Official election results
|Communist Party of Belarus||559,537||11|
|Republican Party of Labour and Justice||355,971||6|
|Liberal Democratic Party||280,683||1|
|Belarusian Social Democratic Party (Assembly)||84,790||0|
|Belarusian Patriotic Party||75,283||2|
|United Civic Party||72,192||0|
|Belarusian Agrarian Party||46,785||1|
|Belarusian Left Party "A Just World"||37,861||0|
|Belarusian Social Democratic Assembly||23,164||0|
|Belarusian Green Party||10,592||0|
|Belarusian Socialist Sporting Party||7,905||0|
International observers and opposition
Election observers and government opponents question the integrity of the elections. The observers from the Organization for Security and Cooperation (OSCE) said that “fundamental freedoms were disregarded and the integrity of the election process was not adequately safeguarded”. Moreover, the OSCE observers noted concerns regarding the exclusion of many opposition candidates, limited opportunity for public campaigning and shortcomings during vote counting.
The 110 seats were contested by a total of 558 candidates, of which 150 opposition candidates, who were rejected by election officials. This happened on the grounds that some of the opposition candidates’ signatures were deemed invalid by authorities.
In particular, there was a concern for the opposition candidates in regard to early voting. During this time, ballot boxes are not guarded and several independent observers reported ballot stuffing as well as vote counting without observers being present.
On 11 October 2015, presidential elections were held in Belarus. According to official results, incumbent Alexander Lukashenko won re-election for a fifth term with a landslide victory of 83.49 per cent.

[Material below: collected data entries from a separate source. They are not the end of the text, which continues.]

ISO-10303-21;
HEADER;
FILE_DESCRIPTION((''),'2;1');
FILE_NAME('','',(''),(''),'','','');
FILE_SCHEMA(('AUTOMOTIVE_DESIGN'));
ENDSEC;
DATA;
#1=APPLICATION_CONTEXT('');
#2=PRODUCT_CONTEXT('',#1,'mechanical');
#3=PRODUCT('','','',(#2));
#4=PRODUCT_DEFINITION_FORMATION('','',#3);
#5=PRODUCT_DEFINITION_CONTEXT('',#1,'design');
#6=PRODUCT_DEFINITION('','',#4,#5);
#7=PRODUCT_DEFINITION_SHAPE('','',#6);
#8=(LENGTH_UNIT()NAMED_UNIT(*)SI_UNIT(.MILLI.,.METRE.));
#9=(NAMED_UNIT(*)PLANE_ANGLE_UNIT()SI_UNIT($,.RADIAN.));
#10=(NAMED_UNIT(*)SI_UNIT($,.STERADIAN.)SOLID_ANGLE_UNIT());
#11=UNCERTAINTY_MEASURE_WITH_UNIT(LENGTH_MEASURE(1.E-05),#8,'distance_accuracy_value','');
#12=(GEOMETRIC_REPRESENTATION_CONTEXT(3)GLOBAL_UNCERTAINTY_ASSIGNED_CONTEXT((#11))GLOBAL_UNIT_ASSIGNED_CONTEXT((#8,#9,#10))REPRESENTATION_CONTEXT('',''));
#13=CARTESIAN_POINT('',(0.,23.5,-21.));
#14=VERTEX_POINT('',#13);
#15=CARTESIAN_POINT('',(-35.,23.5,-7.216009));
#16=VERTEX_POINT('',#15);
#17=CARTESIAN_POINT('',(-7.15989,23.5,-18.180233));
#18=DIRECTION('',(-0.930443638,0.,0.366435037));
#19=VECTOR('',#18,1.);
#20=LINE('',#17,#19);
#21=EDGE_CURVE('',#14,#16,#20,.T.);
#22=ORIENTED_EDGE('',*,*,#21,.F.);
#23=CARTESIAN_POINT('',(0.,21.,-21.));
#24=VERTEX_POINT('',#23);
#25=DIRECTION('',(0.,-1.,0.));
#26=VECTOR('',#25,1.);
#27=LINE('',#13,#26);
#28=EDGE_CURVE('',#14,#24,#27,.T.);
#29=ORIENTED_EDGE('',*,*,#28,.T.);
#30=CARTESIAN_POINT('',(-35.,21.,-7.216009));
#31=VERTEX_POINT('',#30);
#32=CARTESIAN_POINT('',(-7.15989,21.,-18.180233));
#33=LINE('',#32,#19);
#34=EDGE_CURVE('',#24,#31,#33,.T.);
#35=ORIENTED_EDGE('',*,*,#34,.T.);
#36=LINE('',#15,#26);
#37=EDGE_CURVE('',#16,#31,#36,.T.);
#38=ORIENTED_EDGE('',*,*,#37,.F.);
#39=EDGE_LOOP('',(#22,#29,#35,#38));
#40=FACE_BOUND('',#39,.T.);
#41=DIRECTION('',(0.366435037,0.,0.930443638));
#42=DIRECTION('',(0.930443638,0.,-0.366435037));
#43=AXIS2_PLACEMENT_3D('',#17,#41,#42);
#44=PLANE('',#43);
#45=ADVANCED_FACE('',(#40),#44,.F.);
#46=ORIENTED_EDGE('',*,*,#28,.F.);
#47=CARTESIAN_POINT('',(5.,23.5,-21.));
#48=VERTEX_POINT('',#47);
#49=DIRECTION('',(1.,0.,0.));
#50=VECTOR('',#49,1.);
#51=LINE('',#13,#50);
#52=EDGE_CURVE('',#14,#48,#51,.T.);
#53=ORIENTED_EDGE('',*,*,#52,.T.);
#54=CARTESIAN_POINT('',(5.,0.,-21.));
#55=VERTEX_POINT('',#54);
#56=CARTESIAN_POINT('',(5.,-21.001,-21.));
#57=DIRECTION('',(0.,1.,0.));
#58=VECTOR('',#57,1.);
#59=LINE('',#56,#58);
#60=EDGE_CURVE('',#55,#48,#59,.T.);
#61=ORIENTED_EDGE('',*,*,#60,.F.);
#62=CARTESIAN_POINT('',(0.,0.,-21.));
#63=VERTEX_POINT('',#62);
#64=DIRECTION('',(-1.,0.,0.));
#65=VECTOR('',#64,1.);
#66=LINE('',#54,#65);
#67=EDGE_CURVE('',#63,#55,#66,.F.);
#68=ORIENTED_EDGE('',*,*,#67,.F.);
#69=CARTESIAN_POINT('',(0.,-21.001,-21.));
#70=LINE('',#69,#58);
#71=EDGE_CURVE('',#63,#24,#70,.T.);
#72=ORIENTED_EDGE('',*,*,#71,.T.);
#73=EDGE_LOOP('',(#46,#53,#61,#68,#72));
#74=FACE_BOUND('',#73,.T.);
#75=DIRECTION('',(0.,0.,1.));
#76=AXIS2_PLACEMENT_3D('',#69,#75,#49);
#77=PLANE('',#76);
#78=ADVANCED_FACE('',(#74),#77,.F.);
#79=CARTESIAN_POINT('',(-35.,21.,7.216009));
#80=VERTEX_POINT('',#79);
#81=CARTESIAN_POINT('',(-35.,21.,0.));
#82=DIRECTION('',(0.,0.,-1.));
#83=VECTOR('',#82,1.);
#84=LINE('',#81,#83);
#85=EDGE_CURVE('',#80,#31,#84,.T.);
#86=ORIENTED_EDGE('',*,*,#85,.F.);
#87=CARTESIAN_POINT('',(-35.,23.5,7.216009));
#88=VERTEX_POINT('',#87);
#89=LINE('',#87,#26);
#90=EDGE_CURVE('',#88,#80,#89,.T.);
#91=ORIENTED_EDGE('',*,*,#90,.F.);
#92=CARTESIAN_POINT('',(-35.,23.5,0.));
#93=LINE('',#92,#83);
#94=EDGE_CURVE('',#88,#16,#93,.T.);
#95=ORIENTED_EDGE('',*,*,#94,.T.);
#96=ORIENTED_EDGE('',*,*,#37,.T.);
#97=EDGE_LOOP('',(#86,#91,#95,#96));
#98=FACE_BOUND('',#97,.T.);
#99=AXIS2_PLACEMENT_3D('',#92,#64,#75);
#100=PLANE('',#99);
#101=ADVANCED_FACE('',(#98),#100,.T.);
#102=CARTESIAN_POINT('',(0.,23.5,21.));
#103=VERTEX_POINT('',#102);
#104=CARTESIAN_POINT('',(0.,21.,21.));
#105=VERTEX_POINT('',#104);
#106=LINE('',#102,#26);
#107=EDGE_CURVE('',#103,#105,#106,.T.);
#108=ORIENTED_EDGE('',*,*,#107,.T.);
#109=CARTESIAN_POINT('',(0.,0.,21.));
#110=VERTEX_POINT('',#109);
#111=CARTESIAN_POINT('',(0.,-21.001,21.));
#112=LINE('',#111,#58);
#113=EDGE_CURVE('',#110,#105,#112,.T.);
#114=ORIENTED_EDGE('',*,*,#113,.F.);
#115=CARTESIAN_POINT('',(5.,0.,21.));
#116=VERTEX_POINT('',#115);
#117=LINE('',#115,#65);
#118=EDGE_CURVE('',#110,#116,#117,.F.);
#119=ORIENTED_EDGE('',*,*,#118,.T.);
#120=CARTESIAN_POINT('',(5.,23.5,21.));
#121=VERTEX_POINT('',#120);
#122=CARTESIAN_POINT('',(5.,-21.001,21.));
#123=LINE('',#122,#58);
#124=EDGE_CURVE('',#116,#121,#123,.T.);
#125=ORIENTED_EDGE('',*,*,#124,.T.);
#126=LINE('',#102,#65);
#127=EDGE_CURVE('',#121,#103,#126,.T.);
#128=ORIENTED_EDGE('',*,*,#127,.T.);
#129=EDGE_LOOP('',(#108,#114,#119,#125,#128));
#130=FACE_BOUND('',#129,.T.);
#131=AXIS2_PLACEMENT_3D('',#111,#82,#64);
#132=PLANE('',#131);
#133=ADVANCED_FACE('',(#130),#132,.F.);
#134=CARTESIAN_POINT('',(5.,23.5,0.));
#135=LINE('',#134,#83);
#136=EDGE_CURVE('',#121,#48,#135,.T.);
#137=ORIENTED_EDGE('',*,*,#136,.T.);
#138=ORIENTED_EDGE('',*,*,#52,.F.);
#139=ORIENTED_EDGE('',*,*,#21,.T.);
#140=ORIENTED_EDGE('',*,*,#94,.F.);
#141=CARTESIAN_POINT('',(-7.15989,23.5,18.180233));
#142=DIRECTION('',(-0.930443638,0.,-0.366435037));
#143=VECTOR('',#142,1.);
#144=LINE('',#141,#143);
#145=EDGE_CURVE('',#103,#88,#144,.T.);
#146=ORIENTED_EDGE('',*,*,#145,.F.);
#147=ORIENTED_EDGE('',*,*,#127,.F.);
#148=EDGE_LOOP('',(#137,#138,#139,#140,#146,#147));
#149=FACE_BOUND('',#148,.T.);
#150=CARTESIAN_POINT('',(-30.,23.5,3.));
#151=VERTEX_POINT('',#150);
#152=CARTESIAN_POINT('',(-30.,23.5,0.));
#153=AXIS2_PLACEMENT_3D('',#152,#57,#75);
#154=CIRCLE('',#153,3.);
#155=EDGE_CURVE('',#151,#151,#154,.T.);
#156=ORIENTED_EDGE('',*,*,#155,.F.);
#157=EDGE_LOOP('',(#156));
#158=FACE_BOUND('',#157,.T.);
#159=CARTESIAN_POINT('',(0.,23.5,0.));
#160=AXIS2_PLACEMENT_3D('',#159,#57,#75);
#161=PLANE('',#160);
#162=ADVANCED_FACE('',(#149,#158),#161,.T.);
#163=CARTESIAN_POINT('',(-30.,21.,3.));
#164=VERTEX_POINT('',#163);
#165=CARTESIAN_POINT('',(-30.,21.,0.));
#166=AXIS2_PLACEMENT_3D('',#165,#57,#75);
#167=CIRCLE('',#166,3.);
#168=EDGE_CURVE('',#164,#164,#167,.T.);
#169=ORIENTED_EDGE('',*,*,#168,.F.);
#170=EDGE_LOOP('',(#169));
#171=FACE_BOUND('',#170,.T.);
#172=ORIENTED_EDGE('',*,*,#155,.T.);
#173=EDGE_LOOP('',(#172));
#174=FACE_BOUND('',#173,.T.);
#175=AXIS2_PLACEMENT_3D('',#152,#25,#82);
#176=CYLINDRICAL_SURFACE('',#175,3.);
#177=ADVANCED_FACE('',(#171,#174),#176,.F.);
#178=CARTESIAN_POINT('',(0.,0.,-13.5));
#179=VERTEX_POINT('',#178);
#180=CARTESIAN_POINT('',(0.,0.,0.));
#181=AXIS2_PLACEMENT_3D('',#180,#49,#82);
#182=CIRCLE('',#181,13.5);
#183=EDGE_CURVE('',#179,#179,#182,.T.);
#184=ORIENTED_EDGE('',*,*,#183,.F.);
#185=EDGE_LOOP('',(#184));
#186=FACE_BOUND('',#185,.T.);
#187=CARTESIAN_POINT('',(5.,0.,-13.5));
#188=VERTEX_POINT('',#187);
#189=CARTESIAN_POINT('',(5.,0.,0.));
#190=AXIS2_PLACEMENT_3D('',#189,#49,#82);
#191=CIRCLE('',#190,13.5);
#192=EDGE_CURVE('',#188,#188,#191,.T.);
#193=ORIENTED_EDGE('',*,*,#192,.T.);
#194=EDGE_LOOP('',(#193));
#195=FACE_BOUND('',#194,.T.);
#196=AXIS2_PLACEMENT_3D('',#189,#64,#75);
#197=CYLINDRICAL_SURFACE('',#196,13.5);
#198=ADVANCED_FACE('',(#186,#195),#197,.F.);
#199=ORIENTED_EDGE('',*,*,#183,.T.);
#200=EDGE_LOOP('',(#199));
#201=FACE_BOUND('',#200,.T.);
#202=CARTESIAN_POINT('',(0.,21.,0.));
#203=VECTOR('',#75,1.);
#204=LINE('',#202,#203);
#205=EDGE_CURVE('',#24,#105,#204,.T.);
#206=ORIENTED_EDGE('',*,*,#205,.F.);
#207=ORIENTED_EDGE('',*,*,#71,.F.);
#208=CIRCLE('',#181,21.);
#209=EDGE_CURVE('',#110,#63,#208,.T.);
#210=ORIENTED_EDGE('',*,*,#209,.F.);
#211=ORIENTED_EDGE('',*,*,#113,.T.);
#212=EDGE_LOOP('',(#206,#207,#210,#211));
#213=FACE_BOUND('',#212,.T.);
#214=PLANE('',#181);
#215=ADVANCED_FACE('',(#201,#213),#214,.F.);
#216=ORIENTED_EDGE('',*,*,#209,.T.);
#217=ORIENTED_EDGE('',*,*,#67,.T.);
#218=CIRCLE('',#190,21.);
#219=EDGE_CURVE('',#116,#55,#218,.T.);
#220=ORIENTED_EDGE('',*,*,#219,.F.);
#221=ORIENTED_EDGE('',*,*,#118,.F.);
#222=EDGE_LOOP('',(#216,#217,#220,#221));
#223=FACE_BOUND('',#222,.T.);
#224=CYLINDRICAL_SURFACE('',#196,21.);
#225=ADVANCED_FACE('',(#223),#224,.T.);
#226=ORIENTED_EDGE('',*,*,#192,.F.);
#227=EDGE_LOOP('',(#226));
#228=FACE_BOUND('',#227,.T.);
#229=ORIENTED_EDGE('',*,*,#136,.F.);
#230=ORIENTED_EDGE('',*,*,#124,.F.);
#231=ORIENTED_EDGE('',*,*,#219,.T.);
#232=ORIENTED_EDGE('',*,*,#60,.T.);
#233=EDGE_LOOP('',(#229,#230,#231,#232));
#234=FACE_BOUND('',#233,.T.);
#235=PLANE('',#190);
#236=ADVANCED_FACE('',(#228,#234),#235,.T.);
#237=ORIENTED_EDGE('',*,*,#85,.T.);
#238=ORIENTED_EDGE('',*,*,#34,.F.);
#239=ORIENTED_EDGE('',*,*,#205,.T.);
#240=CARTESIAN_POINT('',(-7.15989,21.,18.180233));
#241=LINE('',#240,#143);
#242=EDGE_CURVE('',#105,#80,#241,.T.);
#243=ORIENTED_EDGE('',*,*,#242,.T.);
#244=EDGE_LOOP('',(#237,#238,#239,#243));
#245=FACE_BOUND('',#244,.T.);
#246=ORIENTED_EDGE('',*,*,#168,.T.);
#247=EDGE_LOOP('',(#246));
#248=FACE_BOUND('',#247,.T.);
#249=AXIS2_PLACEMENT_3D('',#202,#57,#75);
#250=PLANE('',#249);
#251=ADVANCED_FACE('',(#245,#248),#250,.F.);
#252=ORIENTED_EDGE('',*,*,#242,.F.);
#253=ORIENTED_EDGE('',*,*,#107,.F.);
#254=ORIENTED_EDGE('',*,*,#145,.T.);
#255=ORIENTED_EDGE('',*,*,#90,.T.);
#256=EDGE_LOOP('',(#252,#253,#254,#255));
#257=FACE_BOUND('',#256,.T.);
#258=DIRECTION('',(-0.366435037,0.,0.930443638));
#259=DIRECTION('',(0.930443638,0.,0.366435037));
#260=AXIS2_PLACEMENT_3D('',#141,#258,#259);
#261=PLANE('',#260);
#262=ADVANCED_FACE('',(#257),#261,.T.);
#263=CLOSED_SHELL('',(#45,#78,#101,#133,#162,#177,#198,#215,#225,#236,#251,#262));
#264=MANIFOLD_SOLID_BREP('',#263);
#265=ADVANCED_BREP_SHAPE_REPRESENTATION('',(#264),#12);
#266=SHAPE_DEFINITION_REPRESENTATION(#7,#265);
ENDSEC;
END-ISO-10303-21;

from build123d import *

# Parameters (mm, degrees)
SKETCH1_R                = 21
SKETCH1_R_2              = 13.5
BOSS_EXTRUDE1_DEPTH      = 5
BOSS_EXTRUDE2_REACH      = 49.223
BOSS_EXTRUDE2_END_RADIUS = 21
SKETCH2_W                = 5
SKETCH2_H                = 42
SKETCH2_3_W              = 40
SKETCH2_3_H              = 42
SKETCH2_3_R              = 3
BOSS_EXTRUDE3_DEPTH      = 2.5
CUT_EXTRUDE4_DEPTH       = 59.566201857


with BuildPart() as part:
    # Sketch1 → Boss-Extrude1 (new body)
    with BuildSketch(Plane(origin=(0, 0, 0), x_dir=(0, 0, -1), z_dir=(1, 0, 0))):
        Circle(SKETCH1_R)
        Circle(SKETCH1_R_2, mode=Mode.SUBTRACT)
    extrude(amount=BOSS_EXTRUDE1_DEPTH)

    # Boss-Extrude2: up to this cylinder (the profile starts outside it)
    boss_extrude2_end = Plane(origin=(2.5, 0, 0), z_dir=(-1, 0, 0)) * Cylinder(BOSS_EXTRUDE2_END_RADIUS, 141.446, mode=Mode.PRIVATE)
    # Sketch2 → Boss-Extrude2 (add, up to the surface)
    with BuildSketch(Plane(origin=(0, 21, 0), x_dir=(1, 0, 0), z_dir=(0, 1, 0)), mode=Mode.PRIVATE) as boss_extrude2_sk1:
        with Locations((2.5, 0)):
            Rectangle(SKETCH2_W, SKETCH2_H)
    boss_extrude2_tool1 = extrude(boss_extrude2_sk1.sketch, amount=-BOSS_EXTRUDE2_REACH, mode=Mode.PRIVATE) - boss_extrude2_end
    add(boss_extrude2_tool1.solids().sort_by_distance((2.5, 21, 0))[0])
    add(boss_extrude2_tool1.solids().sort_by_distance((2.5, 21, 0))[1])

    # Sketch2<3> → Boss-Extrude3 (add)
    with BuildSketch(Plane(origin=(0, 21, 0), x_dir=(1, 0, 0), z_dir=(0, 1, 0))):
        with Locations((-15, 0)):
            Rectangle(SKETCH2_3_W, SKETCH2_3_H)
        with Locations((-30, 0)):
            Circle(SKETCH2_3_R, mode=Mode.SUBTRACT)
    extrude(amount=BOSS_EXTRUDE3_DEPTH)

The rest of the candidates received less than 5 per cent. The next presidential election will be held on the 30th of August 2020.
|Candidate||% of votes|
|Alexander Lukashenko (Incumbent)||83,49 %|
|Tatsyana Karatkevich (Havary Pravdu)||4,42 %|
|Syarhey Haydukyevich (Liberal Democratic Party)||3,32 %|
|Mikalay Ulakhovich (Belarusian Patriotic Party)||1,67 %|
|Against all candidates||6,5 %|
Official CEC reports presented an overall turnout of 86.7 per cent. According to OSCE observers, "It is clear that Belarus still has a long way to go towards fulfilling its democratic commitments". The OSCE welcomed the release of political prisoners ahead of the election, but "the hope that this gave us for broader electoral progress was largely unfulfilled". The OSCE added that "despite welcome post-electoral engagement on the part of authorities to consider OSCE/ODIHR recommendations, amendments introduced after the 2012 elections did not address some of the key recommendations". The OSCE reported that they were denied access to check voter lists at some locations, and reported instances of ballot-box stuffing and group voting. Especially the counting process was assessed negatively, in 25 per cent of the cases the OSCE was not allowed to observe the count. The OSCE and the Parliamentary Assembly of the Council of Europe (PACE) also criticised the fact that the precinct election commissions (PECs) are responsible for voter registration and there is no permanent or centralised voter list, so that there could be multiple registrations, or voters could be taken off of the voter lists. Furthermore, the OSCE and PACE noted the "relative public disinterest" in the election that was "accentuated by the modest turnout at most campaign events". Unlike the last elections, there were no massive protests after the election results, as only some hundreds of people protested and there were no violent altercations with the police.